Referring to FIG. 1, a CMOS image sensor according to the related art includes a p-type epitaxial layer 11 grown on a p-type semiconductor substrate 10 defining a device isolation region and an active region. A field oxide layer 12 is formed in the device isolation region of the semiconductor substrate 10 to isolate light-signal input regions of blue (B) light, green (G) light, and red (R) light from one another. First, second, and third n-type regions 13, 14, and 15, to serve as the respective photodiodes of a color image sensor, are formed of equal depths by ion-implantation in the active region of the semiconductor substrate 10. Subsequently, a series of gate electrodes 17 are formed on the active region of the semiconductor substrate 10 by interposing a gate insulating film 16 patterned with the gate electrodes. Dielectric spacers 18 are formed at the lateral sides of each gate electrode 17. A dielectric interlayer 19 is formed over the entire surface of the semiconductor substrate 10 including the gate electrodes 17. A color filter layer 20 comprised of blue, green, and red filters (i.e., a color filter array) is formed on the dielectric interlayer 19 to correspond to the first, second, and third n-type regions 13, 14, and 15. A planarization layer 21 is formed over the entire surface of the semiconductor substrate 10 including the color filter layer 20. A plurality of microlenses 22 is formed on the planarization layer 21 to correspond to the respective color filters of the color filter layer 20.

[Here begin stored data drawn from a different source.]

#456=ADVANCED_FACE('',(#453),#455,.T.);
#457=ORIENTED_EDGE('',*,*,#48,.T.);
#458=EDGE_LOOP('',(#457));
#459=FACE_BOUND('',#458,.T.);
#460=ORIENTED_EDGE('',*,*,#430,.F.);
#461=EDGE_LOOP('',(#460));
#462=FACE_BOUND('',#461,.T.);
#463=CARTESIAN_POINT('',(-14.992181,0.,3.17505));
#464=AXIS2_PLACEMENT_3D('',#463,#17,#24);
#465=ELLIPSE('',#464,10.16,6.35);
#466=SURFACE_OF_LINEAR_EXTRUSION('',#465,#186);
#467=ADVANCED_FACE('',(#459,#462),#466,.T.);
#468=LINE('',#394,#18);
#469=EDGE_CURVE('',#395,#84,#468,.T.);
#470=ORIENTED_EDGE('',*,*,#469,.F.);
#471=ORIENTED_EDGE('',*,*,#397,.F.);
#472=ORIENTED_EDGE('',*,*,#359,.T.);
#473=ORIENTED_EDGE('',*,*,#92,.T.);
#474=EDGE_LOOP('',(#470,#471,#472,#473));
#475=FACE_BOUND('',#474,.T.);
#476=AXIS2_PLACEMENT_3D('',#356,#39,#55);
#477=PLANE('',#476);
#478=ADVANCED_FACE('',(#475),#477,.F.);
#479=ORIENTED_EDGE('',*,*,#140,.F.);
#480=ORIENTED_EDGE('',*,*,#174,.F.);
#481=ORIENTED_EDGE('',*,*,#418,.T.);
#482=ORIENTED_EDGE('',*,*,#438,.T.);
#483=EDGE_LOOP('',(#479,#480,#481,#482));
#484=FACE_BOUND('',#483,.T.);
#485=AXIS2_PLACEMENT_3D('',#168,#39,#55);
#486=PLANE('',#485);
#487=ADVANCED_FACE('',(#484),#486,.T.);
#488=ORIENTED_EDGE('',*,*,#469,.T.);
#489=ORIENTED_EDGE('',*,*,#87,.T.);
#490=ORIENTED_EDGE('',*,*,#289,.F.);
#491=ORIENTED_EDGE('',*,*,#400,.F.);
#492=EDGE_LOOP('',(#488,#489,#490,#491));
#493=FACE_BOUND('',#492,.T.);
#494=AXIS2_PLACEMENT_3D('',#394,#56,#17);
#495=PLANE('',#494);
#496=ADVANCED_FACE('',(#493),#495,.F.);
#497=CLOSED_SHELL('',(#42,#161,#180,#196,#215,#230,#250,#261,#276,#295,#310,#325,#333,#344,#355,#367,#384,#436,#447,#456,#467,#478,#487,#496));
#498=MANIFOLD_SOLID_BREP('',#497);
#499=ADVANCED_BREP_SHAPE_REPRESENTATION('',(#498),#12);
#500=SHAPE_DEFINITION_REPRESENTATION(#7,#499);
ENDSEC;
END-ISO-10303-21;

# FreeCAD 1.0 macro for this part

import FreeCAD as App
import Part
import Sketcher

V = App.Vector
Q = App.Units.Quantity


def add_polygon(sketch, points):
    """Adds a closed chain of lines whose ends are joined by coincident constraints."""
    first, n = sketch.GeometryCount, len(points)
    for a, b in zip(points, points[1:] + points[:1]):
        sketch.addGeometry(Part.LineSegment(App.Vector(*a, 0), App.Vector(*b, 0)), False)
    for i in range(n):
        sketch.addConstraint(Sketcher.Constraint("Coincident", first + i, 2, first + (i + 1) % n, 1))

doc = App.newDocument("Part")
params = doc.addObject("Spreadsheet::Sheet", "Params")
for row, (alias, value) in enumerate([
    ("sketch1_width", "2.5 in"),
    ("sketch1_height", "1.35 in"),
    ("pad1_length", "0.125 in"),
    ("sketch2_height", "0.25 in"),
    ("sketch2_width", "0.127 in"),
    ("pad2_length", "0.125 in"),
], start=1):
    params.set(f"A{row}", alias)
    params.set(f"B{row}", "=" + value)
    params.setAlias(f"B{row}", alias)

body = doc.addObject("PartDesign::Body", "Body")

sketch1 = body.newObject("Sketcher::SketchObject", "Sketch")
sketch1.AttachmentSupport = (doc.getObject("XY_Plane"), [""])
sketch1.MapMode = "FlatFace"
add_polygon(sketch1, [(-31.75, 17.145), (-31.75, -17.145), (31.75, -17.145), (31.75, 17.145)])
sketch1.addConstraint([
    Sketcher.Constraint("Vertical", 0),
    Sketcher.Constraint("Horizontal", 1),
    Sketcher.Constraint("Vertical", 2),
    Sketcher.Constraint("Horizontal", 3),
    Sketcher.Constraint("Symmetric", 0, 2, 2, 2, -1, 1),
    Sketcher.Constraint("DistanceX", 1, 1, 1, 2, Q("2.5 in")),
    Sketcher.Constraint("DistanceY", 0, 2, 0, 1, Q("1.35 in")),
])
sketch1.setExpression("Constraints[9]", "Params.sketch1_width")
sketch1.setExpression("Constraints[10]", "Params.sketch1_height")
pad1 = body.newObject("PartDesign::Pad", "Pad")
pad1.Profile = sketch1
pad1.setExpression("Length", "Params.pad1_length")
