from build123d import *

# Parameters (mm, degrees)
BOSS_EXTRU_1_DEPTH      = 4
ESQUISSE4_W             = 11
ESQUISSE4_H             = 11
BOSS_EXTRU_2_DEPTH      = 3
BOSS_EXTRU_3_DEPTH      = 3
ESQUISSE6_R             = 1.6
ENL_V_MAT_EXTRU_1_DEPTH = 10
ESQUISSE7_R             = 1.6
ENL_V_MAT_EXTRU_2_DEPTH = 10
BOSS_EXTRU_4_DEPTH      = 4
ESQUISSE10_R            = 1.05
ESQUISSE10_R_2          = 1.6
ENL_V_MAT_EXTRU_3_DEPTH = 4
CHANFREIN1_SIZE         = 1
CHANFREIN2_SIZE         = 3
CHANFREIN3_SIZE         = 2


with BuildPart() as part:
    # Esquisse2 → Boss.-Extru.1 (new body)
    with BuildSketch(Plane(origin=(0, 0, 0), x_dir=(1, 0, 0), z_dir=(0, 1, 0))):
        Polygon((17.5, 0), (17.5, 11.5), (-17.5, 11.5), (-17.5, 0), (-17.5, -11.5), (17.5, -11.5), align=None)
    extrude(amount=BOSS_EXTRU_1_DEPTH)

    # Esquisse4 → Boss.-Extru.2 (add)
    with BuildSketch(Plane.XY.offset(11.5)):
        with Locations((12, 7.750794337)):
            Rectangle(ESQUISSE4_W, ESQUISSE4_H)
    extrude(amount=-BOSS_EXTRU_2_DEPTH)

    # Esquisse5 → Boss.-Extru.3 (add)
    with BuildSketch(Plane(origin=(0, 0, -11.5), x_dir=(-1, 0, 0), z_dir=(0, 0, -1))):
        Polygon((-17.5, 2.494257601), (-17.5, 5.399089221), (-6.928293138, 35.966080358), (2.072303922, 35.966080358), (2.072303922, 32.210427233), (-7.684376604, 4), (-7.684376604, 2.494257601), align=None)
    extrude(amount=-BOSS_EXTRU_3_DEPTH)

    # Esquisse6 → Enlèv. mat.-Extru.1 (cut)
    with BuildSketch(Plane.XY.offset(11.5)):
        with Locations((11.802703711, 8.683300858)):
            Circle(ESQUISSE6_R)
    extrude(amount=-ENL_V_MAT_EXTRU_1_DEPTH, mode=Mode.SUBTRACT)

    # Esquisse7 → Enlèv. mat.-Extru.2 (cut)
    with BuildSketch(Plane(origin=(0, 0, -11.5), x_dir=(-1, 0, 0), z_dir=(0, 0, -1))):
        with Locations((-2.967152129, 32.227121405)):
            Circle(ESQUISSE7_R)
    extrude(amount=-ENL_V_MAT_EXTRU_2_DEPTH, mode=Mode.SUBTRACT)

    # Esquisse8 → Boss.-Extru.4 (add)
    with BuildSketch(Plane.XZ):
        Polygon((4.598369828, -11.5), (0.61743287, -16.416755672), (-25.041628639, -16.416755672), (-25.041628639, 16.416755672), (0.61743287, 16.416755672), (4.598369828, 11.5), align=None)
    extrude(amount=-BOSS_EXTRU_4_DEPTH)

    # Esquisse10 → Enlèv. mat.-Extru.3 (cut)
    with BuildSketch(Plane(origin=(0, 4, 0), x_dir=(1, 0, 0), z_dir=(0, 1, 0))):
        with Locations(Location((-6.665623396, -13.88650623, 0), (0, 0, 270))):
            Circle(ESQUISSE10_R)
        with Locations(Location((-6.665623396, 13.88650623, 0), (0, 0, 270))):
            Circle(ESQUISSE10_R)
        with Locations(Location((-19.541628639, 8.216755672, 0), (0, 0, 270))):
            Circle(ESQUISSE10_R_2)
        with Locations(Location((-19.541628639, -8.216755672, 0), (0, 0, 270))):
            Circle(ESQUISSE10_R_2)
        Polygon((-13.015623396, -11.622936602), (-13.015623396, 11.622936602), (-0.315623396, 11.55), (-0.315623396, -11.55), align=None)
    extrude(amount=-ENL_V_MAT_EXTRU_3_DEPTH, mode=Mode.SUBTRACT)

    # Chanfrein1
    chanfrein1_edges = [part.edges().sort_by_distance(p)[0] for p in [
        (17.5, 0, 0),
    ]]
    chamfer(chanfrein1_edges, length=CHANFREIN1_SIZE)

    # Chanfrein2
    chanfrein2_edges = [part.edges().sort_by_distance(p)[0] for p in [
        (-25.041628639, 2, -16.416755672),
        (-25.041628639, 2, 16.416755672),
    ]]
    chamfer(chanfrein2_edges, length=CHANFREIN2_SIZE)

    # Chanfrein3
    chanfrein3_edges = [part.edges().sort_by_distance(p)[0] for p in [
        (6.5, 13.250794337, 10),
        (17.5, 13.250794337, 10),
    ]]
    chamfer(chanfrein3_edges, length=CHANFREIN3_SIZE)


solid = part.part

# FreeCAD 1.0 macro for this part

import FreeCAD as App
import Part
import Sketcher

V = App.Vector


def edges_at(feature, points):
    """Names of the edges that pass closest to the given points."""
    edges = feature.Shape.Edges
    near = lambda p: min(range(len(edges)), key=lambda i: edges[i].distToShape(Part.Vertex(*p))[0])
    return sorted({f"Edge{near(p) + 1}" for p in points})

doc = App.newDocument("Part")
body = doc.addObject("PartDesign::Body", "Body")

# Sketch on XZ plane
sketch1 = body.newObject("Sketcher::SketchObject", "Sketch")
sketch1.AttachmentSupport = (doc.getObject("XZ_Plane"), [""])
sketch1.MapMode = "FlatFace"
sketch1.addGeometry([
    Part.LineSegment(V(18, -12, 0), V(-18, -12, 0)),
    Part.LineSegment(V(-18, -12, 0), V(-18, 12, 0)),
    Part.LineSegment(V(-18, 12, 0), V(18, 12, 0)),
    Part.LineSegment(V(18, 12, 0), V(18, -12, 0)),
], False)
sketch1.addConstraint([
    Sketcher.Constraint("Coincident", 0, 2, 1, 1),
    Sketcher.Constraint("Coincident", 1, 2, 2, 1),
    Sketcher.Constraint("Coincident", 2, 2, 3, 1),
    Sketcher.Constraint("Coincident", 3, 2, 0, 1),
    Sketcher.Constraint("Horizontal", 0),
    Sketcher.Constraint("Vertical", 1),
    Sketcher.Constraint("Horizontal", 2),
    Sketcher.Constraint("Vertical", 3),
    Sketcher.Constraint("Symmetric", 0, 2, 2, 2, -1, 1),
    Sketcher.Constraint("DistanceX", 0, 2, 0, 1, 35.0),
    Sketcher.Constraint("DistanceY", 1, 1, 1, 2, 23.0),
])
pad1 = body.newObject("PartDesign::Pad", "Pad")
pad1.Profile = sketch1
pad1.Length = 4
pad1.Reversed = True

# Sketch on XY plane
sketch2 = body.newObject("Sketcher::SketchObject", "Sketch001")
sketch2.AttachmentSupport = (doc.getObject("XY_Plane"), [""])
sketch2.MapMode = "FlatFace"
sketch2.AttachmentOffset = App.Placement(V(0, 0, 11.5), App.Rotation())
sketch2.addGeometry([
    Part.LineSegment(V(6, 13, 0), V(6, 2, 0)),
    Part.LineSegment(V(6, 2, 0), V(18, 2, 0)),
    Part.LineSegment(V(18, 2, 0), V(18, 13, 0)),
    Part.LineSegment(V(18, 13, 0), V(6, 13, 0)),
], False)
sketch2.addConstraint([
    Sketcher.Constraint("Coincident", 0, 2, 1, 1),
    Sketcher.Constraint("Coincident", 1, 2, 2, 1),
    Sketcher.Constraint("Coincident", 2, 2, 3, 1),
    Sketcher.Constraint("Coincident", 3, 2, 0, 1),
    Sketcher.Constraint("Vertical", 0),
    Sketcher.Constraint("Horizontal", 1),
    Sketcher.Constraint("Vertical", 2),
    Sketcher.Constraint("Horizontal", 3),
    Sketcher.Constraint("Equal", 3, 0),
    Sketcher.Constraint("DistanceX", 1, 1, 1, 2, 11.0),
    Sketcher.Constraint("DistanceX", -1, 1, 0, 2, 6.5),
    Sketcher.Constraint("DistanceY", -1, 1, 0, 2, 2.250794),
])
pad2 = body.newObject("PartDesign::Pad", "Pad001")
pad2.Profile = sketch2
pad2.Length = 3
pad2.Reversed = True

# Sketch on XY plane
sketch3 = body.newObject("Sketcher::SketchObject", "Sketch002")
sketch3.AttachmentSupport = (doc.getObject("XY_Plane"), [""])
sketch3.MapMode = "FlatFace"
sketch3.AttachmentOffset = App.Placement(V(0, 0, -11.5), App.Rotation())
sketch3.addGeometry([
    Part.LineSegment(V(17.5, 5.4, 0), V(17.5, 2.5, 0)),  # 0
    Part.LineSegment(V(17.5, 2.5, 0), V(7.7, 2.5, 0)),  # 1
    Part.LineSegment(V(7.7, 2.5, 0), V(7.7, 4, 0)),  # 2
    Part.LineSegment(V(7.7, 4, 0), V(-2.1, 32.2, 0)),  # 3
    Part.LineSegment(V(-2.1, 32.2, 0), V(-2.1, 36, 0)),  # 4
    Part.LineSegment(V(-2.1, 36, 0), V(6.9, 36, 0)),  # 5
    Part.LineSegment(V(6.9, 36, 0), V(17.5, 5.4, 0)),  # 6
], False)
sketch3.addConstraint([
    Sketcher.Constraint("Coincident", 0, 2, 1, 1),
    Sketcher.Constraint("Coincident", 1, 2, 2, 1),
    Sketcher.Constraint("Coincident", 2, 2, 3, 1),
    Sketcher.Constraint("Coincident", 3, 2, 4, 1),
    Sketcher.Constraint("Coincident", 4, 2, 5, 1),
    Sketcher.Constraint("Coincident", 5, 2, 6, 1),
    Sketcher.Constraint("Coincident", 6, 2, 0, 1),
    Sketcher.Constraint("Vertical", 0),
    Sketcher.Constraint("Horizontal", 1),
    Sketcher.Constraint("Vertical", 2),
    Sketcher.Constraint("Vertical", 4),
    Sketcher.Constraint("Horizontal", 5),
    Sketcher.Constraint("Parallel", 3, 6),
    Sketcher.Constraint("DistanceY", -1, 1, 2, 2, 4.0),
    Sketcher.Constraint("DistanceX", -1, 1, 0, 2, 17.5),
    Sketcher.Constraint("Distance", 6, 32.343499),
    Sketcher.Constraint("DistanceY", 0, 2, 0, 1, 2.904832),
    Sketcher.Constraint("DistanceX", 1, 2, 1, 1, 9.815623),
    Sketcher.Constraint("DistanceX", 5, 1, 5, 2, 9.000597),
    Sketcher.Constraint("DistanceY", 2, 1, 2, 2, 1.505742),
    Sketcher.Constraint("DistanceY", 4, 1, 4, 2, 3.755653),
])
pad3 = body.newObject("PartDesign::Pad", "Pad002")
pad3.Profile = sketch3
pad3.Length = 3

# Sketch on XY plane
sketch4 = body.newObject("Sketcher::SketchObject", "Sketch003")
sketch4.AttachmentSupport = (doc.getObject("XY_Plane"), [""])
sketch4.MapMode = "FlatFace"
sketch4.AttachmentOffset = App.Placement(V(0, 0, 11.5), App.Rotation())
sketch4.addGeometry(Part.Circle(V(11.8, 8.7, 0), V(0, 0, 1), 1.6), False)
sketch4.addConstraint([
    Sketcher.Constraint("Diameter", 0, 3.2),
    Sketcher.Constraint("DistanceY", -1, 1, 0, 3, 8.683301),
    Sketcher.Constraint("DistanceX", -1, 1, 0, 3, 11.802704),
])
pocket1 = body.newObject("PartDesign::Pocket", "Pocket")
pocket1.Profile = sketch4
pocket1.Length = 10

# Sketch on XY plane
sketch5 = body.newObject("Sketcher::SketchObject", "Sketch004")
sketch5.AttachmentSupport = (doc.getObject("XY_Plane"), [""])
sketch5.MapMode = "FlatFace"
sketch5.AttachmentOffset = App.Placement(V(0, 0, -11.5), App.Rotation())
sketch5.addGeometry(Part.Circle(V(3, 32.2, 0), V(0, 0, 1), 1.6), False)
sketch5.addConstraint([
    Sketcher.Constraint("Diameter", 0, 3.2),
    Sketcher.Constraint("DistanceY", -1, 1, 0, 3, 32.227121),
    Sketcher.Constraint("DistanceX", -1, 1, 0, 3, 2.967152),
])
pocket2 = body.newObject("PartDesign::Pocket", "Pocket001")
pocket2.Profile = sketch5
pocket2.Length = 10
pocket2.Reversed = True

# Sketch on XZ plane
sketch6 = body.newObject("Sketcher::SketchObject", "Sketch005")
sketch6.AttachmentSupport = (doc.getObject("XZ_Plane"), [""])
sketch6.MapMode = "FlatFace"
sketch6.addGeometry([
    Part.LineSegment(V(1, -16, 0), V(5, -12, 0)),  # 0
    Part.LineSegment(V(5, -12, 0), V(5, 12, 0)),  # 1
    Part.LineSegment(V(5, 12, 0), V(1, 16, 0)),  # 2
    Part.LineSegment(V(1, 16, 0), V(-25, 16, 0)),  # 3
    Part.LineSegment(V(-25, 16, 0), V(-25, -16, 0)),  # 4
    Part.LineSegment(V(-25, -16, 0), V(1, -16, 0)),  # 5
], False)
sketch6.addConstraint([
    Sketcher.Constraint("Coincident", 0, 2, 1, 1),
    Sketcher.Constraint("Coincident", 1, 2, 2, 1),
    Sketcher.Constraint("Coincident", 2, 2, 3, 1),
    Sketcher.Constraint("Coincident", 3, 2, 4, 1),
    Sketcher.Constraint("Coincident", 4, 2, 5, 1),
    Sketcher.Constraint("Coincident", 5, 2, 0, 1),
    Sketcher.Constraint("Vertical", 1),
    Sketcher.Constraint("Horizontal", 3),
    Sketcher.Constraint("Vertical", 4),
    Sketcher.Constraint("Horizontal", 5),
    Sketcher.Constraint("Symmetric", 2, 2, 5, 2, -1),
    Sketcher.Constraint("Equal", 0, 2),
    Sketcher.Constraint("DistanceY", 1, 1, 1, 2, 23.0),
    Sketcher.Constraint("DistanceX", 3, 2, 1, 2, 29.639998),
    Sketcher.Constraint("DistanceX", 3, 2, 3, 1, 25.659062),
    Sketcher.Constraint("DistanceY", 4, 2, 4, 1, 32.833511),
    Sketcher.Constraint("DistanceX", -1, 1, 0, 2, 4.59837),
])
pad4 = body.newObject("PartDesign::Pad", "Pad003")
pad4.Profile = sketch6
pad4.Length = 4
pad4.Reversed = True

# Sketch on XZ plane
sketch7 = body.newObject("Sketcher::SketchObject", "Sketch006")
sketch7.AttachmentSupport = (doc.getObject("XZ_Plane"), [""])
sketch7.MapMode = "FlatFace"
sketch7.AttachmentOffset = App.Placement(V(0, 0, -4), App.Rotation())
sketch7.addGeometry([
    Part.Circle(V(-6.665623, 13.886506, 0), V(0, 0, 1), 1.05),  # 0
    Part.Circle(V(-6.665623, -13.886506, 0), V(0, 0, 1), 1.05),  # 1
    Part.Circle(V(-19.541629, -8.216756, 0), V(0, 0, 1), 1.6),  # 2
    Part.Circle(V(-19.541629, 8.216756, 0), V(0, 0, 1), 1.6),  # 3
    Part.LineSegment(V(-13.015623, -11.622937, 0), V(-13.015623, 11.622937, 0)),  # 4
    Part.LineSegment(V(-13.015623, 11.622937, 0), V(-0.315623, 11.55, 0)),  # 5
    Part.LineSegment(V(-0.315623, 11.55, 0), V(-0.315623, -11.55, 0)),  # 6
    Part.LineSegment(V(-0.315623, -11.55, 0), V(-13.015623, -11.622937, 0)),  # 7
], False)
sketch7.addConstraint([
    Sketcher.Constraint("Coincident", 4, 2, 5, 1),
    Sketcher.Constraint("Coincident", 5, 2, 6, 1),
    Sketcher.Constraint("Coincident", 6, 2, 7, 1),
    Sketcher.Constraint("Coincident", 7, 2, 4, 1),
    Sketcher.Constraint("Vertical", 4),
    Sketcher.Constraint("Vertical", 6),
    Sketcher.Constraint("Equal", 0, 1),
    Sketcher.Constraint("Equal", 2, 3),
    Sketcher.Constraint("Symmetric", 0, 3, 1, 3, -1),
    Sketcher.Constraint("Symmetric", 2, 3, 3, 3, -1),
    Sketcher.Constraint("Equal", 5, 7),
    Sketcher.Constraint("Diameter", 0, 2.1),
    Sketcher.Constraint("Diameter", 2, 3.2),
    Sketcher.Constraint("DistanceY", 6, 2, 6, 1, 23.1),
    Sketcher.Constraint("DistanceX", 4, 2, 5, 2, 12.7),
    Sketcher.Constraint("DistanceY", -1, 1, 5, 2, 11.55),
    Sketcher.Constraint("DistanceX", 4, 2, 0, 3, 6.35),
    Sketcher.Constraint("Distance", 5, 12.700209),
    Sketcher.Constraint("DistanceX", 2, 3, -1, 1, 19.541629),
    Sketcher.Constraint("DistanceY", 1, 3, 2, 3, 5.669751),
    Sketcher.Constraint("DistanceY", 2, 3, 0, 3, 22.103262),
    Sketcher.Constraint("DistanceX", 0, 3, -1, 1, 6.665623),
])
pocket3 = body.newObject("PartDesign::Pocket", "Pocket002")
pocket3.Profile = sketch7
pocket3.Length = 4
pocket3.Reversed = True
doc.recompute()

In the operation of the CMOS image sensor, incident light is concentrated by the microlenses and received by the photodiodes in each of the n-type regions. During this light signal reception, light of each color penetrates the silicon layer by a predetermined depth according to wavelength, with longer wavelengths, e.g., red light, achieving a deeper penetration.
Since the photodiodes of the CMOS image sensor according to the related art, as described above, are respectively formed of the first, second, and third n-type regions 13, 14, and 15, they each have the same projection depth regardless of the intended spectral reception, i.e., red, green, or blue light. However, because the penetration depth of incident light is different for the various colors (wavelengths), having photodiodes with the same projection depth regardless of the intended spectral reception results in lower absorption coefficients for colors having longer wavelengths, e.g., red light. This variation in absorption causes unduly low levels at the red end of the spectrum and thus a color imbalance. Furthermore, with its longer wavelength and its deeper penetration, the absorption of red light may extend beyond the lower limits of the corresponding photodiode (active) region, and cause crosstalk, i.e., a transfer of charges between adjacent active regions.